**Required work:**
Show all lines of the listing that hold the word "Front".
* * *
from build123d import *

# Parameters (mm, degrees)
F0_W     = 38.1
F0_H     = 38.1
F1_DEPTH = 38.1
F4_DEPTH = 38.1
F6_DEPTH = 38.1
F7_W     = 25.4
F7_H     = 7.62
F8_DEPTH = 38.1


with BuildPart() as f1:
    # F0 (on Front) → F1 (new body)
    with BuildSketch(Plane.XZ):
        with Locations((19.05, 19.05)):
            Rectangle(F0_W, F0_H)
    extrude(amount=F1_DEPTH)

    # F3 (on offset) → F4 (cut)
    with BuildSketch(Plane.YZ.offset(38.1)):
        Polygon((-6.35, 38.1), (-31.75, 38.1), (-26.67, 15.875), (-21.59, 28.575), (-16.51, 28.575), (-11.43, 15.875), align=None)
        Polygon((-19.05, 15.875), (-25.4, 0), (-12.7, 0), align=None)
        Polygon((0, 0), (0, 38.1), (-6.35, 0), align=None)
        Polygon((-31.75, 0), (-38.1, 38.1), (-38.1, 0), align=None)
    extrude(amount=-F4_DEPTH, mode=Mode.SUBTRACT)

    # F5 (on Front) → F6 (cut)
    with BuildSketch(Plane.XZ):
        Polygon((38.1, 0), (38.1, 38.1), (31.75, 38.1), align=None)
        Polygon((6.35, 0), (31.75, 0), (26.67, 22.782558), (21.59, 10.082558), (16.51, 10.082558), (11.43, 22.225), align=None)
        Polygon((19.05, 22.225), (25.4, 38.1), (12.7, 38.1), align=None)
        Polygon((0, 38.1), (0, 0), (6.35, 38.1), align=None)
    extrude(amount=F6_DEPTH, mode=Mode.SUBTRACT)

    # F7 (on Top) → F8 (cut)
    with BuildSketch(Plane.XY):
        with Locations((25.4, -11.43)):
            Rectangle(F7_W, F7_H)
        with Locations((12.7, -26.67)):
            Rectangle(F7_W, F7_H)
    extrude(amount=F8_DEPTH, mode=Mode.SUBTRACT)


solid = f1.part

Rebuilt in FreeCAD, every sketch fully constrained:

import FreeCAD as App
import Part
import Sketcher

V = App.Vector
Q = App.Units.Quantity

doc = App.newDocument("Part")
body = doc.addObject("PartDesign::Body", "Body")

# Sketch on XZ plane
sketch1 = body.newObject("Sketcher::SketchObject", "Sketch")
sketch1.AttachmentSupport = (doc.getObject("XZ_Plane"), [""])
sketch1.MapMode = "FlatFace"
sketch1.addGeometry([
    Part.LineSegment(V(0, 38.1, 0), V(0, 0, 0)),
    Part.LineSegment(V(0, 0, 0), V(38.1, 0, 0)),
    Part.LineSegment(V(38.1, 0, 0), V(38.1, 38.1, 0)),
    Part.LineSegment(V(38.1, 38.1, 0), V(0, 38.1, 0)),
], False)
sketch1.addConstraint([
    Sketcher.Constraint("Coincident", 0, 2, 1, 1),
    Sketcher.Constraint("Coincident", 1, 2, 2, 1),
    Sketcher.Constraint("Coincident", 2, 2, 3, 1),
    Sketcher.Constraint("Coincident", 3, 2, 0, 1),
    Sketcher.Constraint("Vertical", 0),
    Sketcher.Constraint("Horizontal", 1),
    Sketcher.Constraint("Vertical", 2),
    Sketcher.Constraint("Horizontal", 3),
    Sketcher.Constraint("Coincident", 0, 2, -1, 1),
    Sketcher.Constraint("Equal", 3, 0),
    Sketcher.Constraint("DistanceX", 1, 1, 1, 2, Q("1.5 in")),
])
pad1 = body.newObject("PartDesign::Pad", "Pad")
pad1.Profile = sketch1
pad1.Length = Q("1.5 in")

# Sketch on YZ plane
sketch2 = body.newObject("Sketcher::SketchObject", "Sketch001")
sketch2.AttachmentSupport = (doc.getObject("YZ_Plane"), [""])
sketch2.MapMode = "FlatFace"
sketch2.AttachmentOffset = App.Placement(V(0, 0, 1.5 * 25.4), App.Rotation())
sketch2.addGeometry([
    Part.LineSegment(V(-6.35, 38.1, 0), V(-31.75, 38.1, 0)),  # 0
    Part.LineSegment(V(-31.75, 38.1, 0), V(-26.67, 15.875, 0)),  # 1
    Part.LineSegment(V(-26.67, 15.875, 0), V(-21.59, 28.575, 0)),  # 2
    Part.LineSegment(V(-21.59, 28.575, 0), V(-16.51, 28.575, 0)),  # 3
    Part.LineSegment(V(-16.51, 28.575, 0), V(-11.43, 15.875, 0)),  # 4
    Part.LineSegment(V(-11.43, 15.875, 0), V(-6.35, 38.1, 0)),  # 5
    Part.LineSegment(V(-19.05, 15.875, 0), V(-25.4, 0, 0)),  # 6
    Part.LineSegment(V(-25.4, 0, 0), V(-12.7, 0, 0)),  # 7
    Part.LineSegment(V(-12.7, 0, 0), V(-19.05, 15.875, 0)),  # 8
    Part.LineSegment(V(0, 0, 0), V(0, 38.1, 0)),  # 9
    Part.LineSegment(V(0, 38.1, 0), V(-6.35, 0, 0)),  # 10
    Part.LineSegment(V(-6.35, 0, 0), V(0, 0, 0)),  # 11
    Part.LineSegment(V(-31.75, 0, 0), V(-38.1, 38.1, 0)),  # 12
    Part.LineSegment(V(-38.1, 38.1, 0), V(-38.1, 0, 0)),  # 13
    Part.LineSegment(V(-38.1, 0, 0), V(-31.75, 0, 0)),  # 14
], False)
sketch2.addConstraint([
    Sketcher.Constraint("Coincident", 0, 2, 1, 1),
    Sketcher.Constraint("Coincident", 1, 2, 2, 1),
    Sketcher.Constraint("Coincident", 2, 2, 3, 1),
    Sketcher.Constraint("Coincident", 3, 2, 4, 1),
    Sketcher.Constraint("Coincident", 4, 2, 5, 1),
    Sketcher.Constraint("Coincident", 5, 2, 0, 1),
    Sketcher.Constraint("Coincident", 6, 2, 7, 1),
    Sketcher.Constraint("Coincident", 7, 2, 8, 1),
    Sketcher.Constraint("Coincident", 8, 2, 6, 1),
    Sketcher.Constraint("Coincident", 9, 2, 10, 1),
    Sketcher.Constraint("Coincident", 10, 2, 11, 1),
    Sketcher.Constraint("Coincident", 11, 2, 9, 1),
    Sketcher.Constraint("Coincident", 12, 2, 13, 1),
    Sketcher.Constraint("Coincident", 13, 2, 14, 1),
    Sketcher.Constraint("Coincident", 14, 2, 12, 1),
    Sketcher.Constraint("Horizontal", 0),
    Sketcher.Constraint("Horizontal", 3),
    Sketcher.Constraint("Horizontal", 7),
    Sketcher.Constraint("Vertical", 9),
    Sketcher.Constraint("Horizontal", 11),
    Sketcher.Constraint("Vertical", 13),
    Sketcher.Constraint("Horizontal", 14),
    Sketcher.Constraint("Coincident", 11, 2, -1, 1),
    Sketcher.Constraint("PointOnObject", 6, 2, -1),
    Sketcher.Constraint("PointOnObject", 13, 2, -1),
    Sketcher.Constraint("Parallel", 2, 6),
    Sketcher.Constraint("Parallel", 4, 8),
    Sketcher.Constraint("Horizontal", 1, 2, 4, 2),
    Sketcher.Constraint("Horizontal", 4, 2, 8, 2),
    Sketcher.Constraint("Horizontal", 5, 2, 9, 2),
    Sketcher.Constraint("Horizontal", 9, 2, 12, 2),
    Sketcher.Constraint("Vertical", 5, 2, 10, 2),
    Sketcher.Constraint("Vertical", 0, 2, 14, 2),
    Sketcher.Constraint("Equal", 11, 14),
    Sketcher.Constraint("Equal", 2, 4),
    Sketcher.Constraint("Equal", 1, 5),
    Sketcher.Constraint("DistanceX", 0, 2, 0, 1, Q("1 in")),
    Sketcher.Constraint("DistanceX", 3, 1, 3, 2, Q("0.2 in")),
    Sketcher.Constraint("DistanceX", 7, 1, 7, 2, Q("0.5 in")),
    Sketcher.Constraint("DistanceY", 9, 1, 9, 2, Q("1.5 in")),
    Sketcher.Constraint("DistanceX", 6, 2, -1, 1, Q("1 in")),
    Sketcher.Constraint("DistanceX", 13, 2, 7, 2, Q("1 in")),
    Sketcher.Constraint("DistanceX", 0, 2, 1, 2, Q("0.2 in")),
    Sketcher.Constraint("DistanceY", 1, 2, 2, 2, Q("0.5 in")),
])
pocket1 = body.newObject("PartDesign::Pocket", "Pocket")
pocket1.Profile = sketch2
pocket1.Length = Q("1.5 in")

# Sketch on XZ plane
sketch3 = body.newObject("Sketcher::SketchObject", "Sketch002")
sketch3.AttachmentSupport = (doc.getObject("XZ_Plane"), [""])
sketch3.MapMode = "FlatFace"
sketch3.addGeometry([
    Part.LineSegment(V(38.1, 0, 0), V(38.1, 38.1, 0)),  # 0
    Part.LineSegment(V(38.1, 38.1, 0), V(31.75, 38.1, 0)),  # 1
    Part.LineSegment(V(31.75, 38.1, 0), V(38.1, 0, 0)),  # 2
    Part.LineSegment(V(6.35, 0, 0), V(31.75, 0, 0)),  # 3
    Part.LineSegment(V(31.75, 0, 0), V(26.67, 22.782558, 0)),  # 4
    Part.LineSegment(V(26.67, 22.782558, 0), V(21.59, 10.082558, 0)),  # 5
    Part.LineSegment(V(21.59, 10.082558, 0), V(16.51, 10.082558, 0)),  # 6
    Part.LineSegment(V(16.51, 10.082558, 0), V(11.43, 22.225, 0)),  # 7
    Part.LineSegment(V(11.43, 22.225, 0), V(6.35, 0, 0)),  # 8
    Part.LineSegment(V(19.05, 22.225, 0), V(25.4, 38.1, 0)),  # 9
    Part.LineSegment(V(25.4, 38.1, 0), V(12.7, 38.1, 0)),  # 10
    Part.LineSegment(V(12.7, 38.1, 0), V(19.05, 22.225, 0)),  # 11
    Part.LineSegment(V(0, 38.1, 0), V(0, 0, 0)),  # 12
    Part.LineSegment(V(0, 0, 0), V(6.35, 38.1, 0)),  # 13
    Part.LineSegment(V(6.35, 38.1, 0), V(0, 38.1, 0)),  # 14
], False)
sketch3.addConstraint([
    Sketcher.Constraint("Coincident", 0, 2, 1, 1),
    Sketcher.Constraint("Coincident", 1, 2, 2, 1),
    Sketcher.Constraint("Coincident", 2, 2, 0, 1),
    Sketcher.Constraint("Coincident", 3, 2, 4, 1),
    Sketcher.Constraint("Coincident", 4, 2, 5, 1),
    Sketcher.Constraint("Coincident", 5, 2, 6, 1),
    Sketcher.Constraint("Coincident", 6, 2, 7, 1),
    Sketcher.Constraint("Coincident", 7, 2, 8, 1),
    Sketcher.Constraint("Coincident", 8, 2, 3, 1),
    Sketcher.Constraint("Coincident", 9, 2, 10, 1),
    Sketcher.Constraint("Coincident", 10, 2, 11, 1),
    Sketcher.Constraint("Coincident", 11, 2, 9, 1),
    Sketcher.Constraint("Coincident", 12, 2, 13, 1),
    Sketcher.Constraint("Coincident", 13, 2, 14, 1),
    Sketcher.Constraint("Coincident", 14, 2, 12, 1),
    Sketcher.Constraint("Vertical", 0),
    Sketcher.Constraint("Horizontal", 1),
    Sketcher.Constraint("Horizontal", 3),
    Sketcher.Constraint("Horizontal", 6),
    Sketcher.Constraint("Horizontal", 10),
    Sketcher.Constraint("Vertical", 12),
    Sketcher.Constraint("Horizontal", 14),
    Sketcher.Constraint("Coincident", 12, 2, -1, 1),
    Sketcher.Constraint("PointOnObject", 2, 2, -1),
    Sketcher.Constraint("PointOnObject", 3, 2, -1),
    Sketcher.Constraint("Parallel", 5, 9),
    Sketcher.Constraint("Horizontal", 1, 2, 9, 2),
    Sketcher.Constraint("Horizontal", 7, 2, 11, 2),
    Sketcher.Constraint("Horizontal", 10, 2, 13, 2),
    Sketcher.Constraint("Vertical", 1, 2, 3, 2),
    Sketcher.Constraint("Vertical", 8, 2, 13, 2),
    Sketcher.Constraint("Equal", 1, 14),
    Sketcher.Constraint("Equal", 9, 11),
    Sketcher.Constraint("DistanceX", 3, 1, 3, 2, Q("1 in")),
    Sketcher.Constraint("DistanceX", 6, 2, 6, 1, Q("0.2 in")),
    Sketcher.Constraint("DistanceX", 10, 2, 10, 1, Q("0.5 in")),
    Sketcher.Constraint("DistanceY", 0, 1, 0, 2, Q("1.5 in")),
    Sketcher.Constraint("DistanceX", -1, 1, 9, 2, Q("1 in")),
    Sketcher.Constraint("DistanceX", 10, 2, 0, 2, Q("1 in")),
    Sketcher.Constraint("DistanceX", 4, 2, 1, 2, Q("0.2 in")),
    Sketcher.Constraint("DistanceX", 5, 2, 4, 2, Q("0.2 in")),
    Sketcher.Constraint("DistanceY", 5, 2, 4, 2, Q("0.5 in")),
    Sketcher.Constraint("DistanceX", 7, 2, 6, 2, Q("0.2 in")),
    Sketcher.Constraint("Distance", 4, 23.342051),
])
pocket2 = body.newObject("PartDesign::Pocket", "Pocket001")
pocket2.Profile = sketch3
pocket2.Length = Q("1.5 in")
pocket2.Reversed = True

# Sketch on XY plane
sketch4 = body.newObject("Sketcher::SketchObject", "Sketch003")
sketch4.AttachmentSupport = (doc.getObject("XY_Plane"), [""])
sketch4.MapMode = "FlatFace"
sketch4.addGeometry([
    Part.LineSegment(V(12.7, -7.62, 0), V(12.7, -15.24, 0)),  # 0
    Part.LineSegment(V(12.7, -15.24, 0), V(38.1, -15.24, 0)),  # 1
    Part.LineSegment(V(38.1, -15.24, 0), V(38.1, -7.62, 0)),  # 2
    Part.LineSegment(V(38.1, -7.62, 0), V(12.7, -7.62, 0)),  # 3
    Part.LineSegment(V(0, -22.86, 0), V(0, -30.48, 0)),  # 4
    Part.LineSegment(V(0, -30.48, 0), V(25.4, -30.48, 0)),  # 5
    Part.LineSegment(V(25.4, -30.48, 0), V(25.4, -22.86, 0)),  # 6
    Part.LineSegment(V(25.4, -22.86, 0), V(0, -22.86, 0)),  # 7
], False)
sketch4.addConstraint([
    Sketcher.Constraint("Coincident", 0, 2, 1, 1),
    Sketcher.Constraint("Coincident", 1, 2, 2, 1),
    Sketcher.Constraint("Coincident", 2, 2, 3, 1),
    Sketcher.Constraint("Coincident", 3, 2, 0, 1),
    Sketcher.Constraint("Coincident", 4, 2, 5, 1),
    Sketcher.Constraint("Coincident", 5, 2, 6, 1),
    Sketcher.Constraint("Coincident", 6, 2, 7, 1),
    Sketcher.Constraint("Coincident", 7, 2, 4, 1),
    Sketcher.Constraint("Vertical", 0),
    Sketcher.Constraint("Horizontal", 1),
    Sketcher.Constraint("Vertical", 2),
    Sketcher.Constraint("Horizontal", 3),
    Sketcher.Constraint("Vertical", 4),
    Sketcher.Constraint("Horizontal", 5),
    Sketcher.Constraint("Vertical", 6),
    Sketcher.Constraint("Horizontal", 7),
    Sketcher.Constraint("PointOnObject", 4, 2, -2),
    Sketcher.Constraint("Equal", 3, 5),
    Sketcher.Constraint("Equal", 2, 4),
    Sketcher.Constraint("DistanceX", 1, 1, 1, 2, Q("1 in")),
    Sketcher.Constraint("DistanceY", 0, 2, 0, 1, Q("0.3 in")),
    Sketcher.Constraint("DistanceX", -1, 1, 0, 2, Q("0.5 in")),
    Sketcher.Constraint("DistanceY", 0, 2, -1, 1, Q("0.6 in")),
    Sketcher.Constraint("DistanceY", 4, 2, -1, 1, Q("1.2 in")),
])
pocket3 = body.newObject("PartDesign::Pocket", "Pocket002")
pocket3.Profile = sketch4
pocket3.Length = Q("1.5 in")
pocket3.Reversed = True

doc.recompute()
* * *
**The answer:**
    # F0 (on Front) → F1 (new body)
    # F5 (on Front) → F6 (cut)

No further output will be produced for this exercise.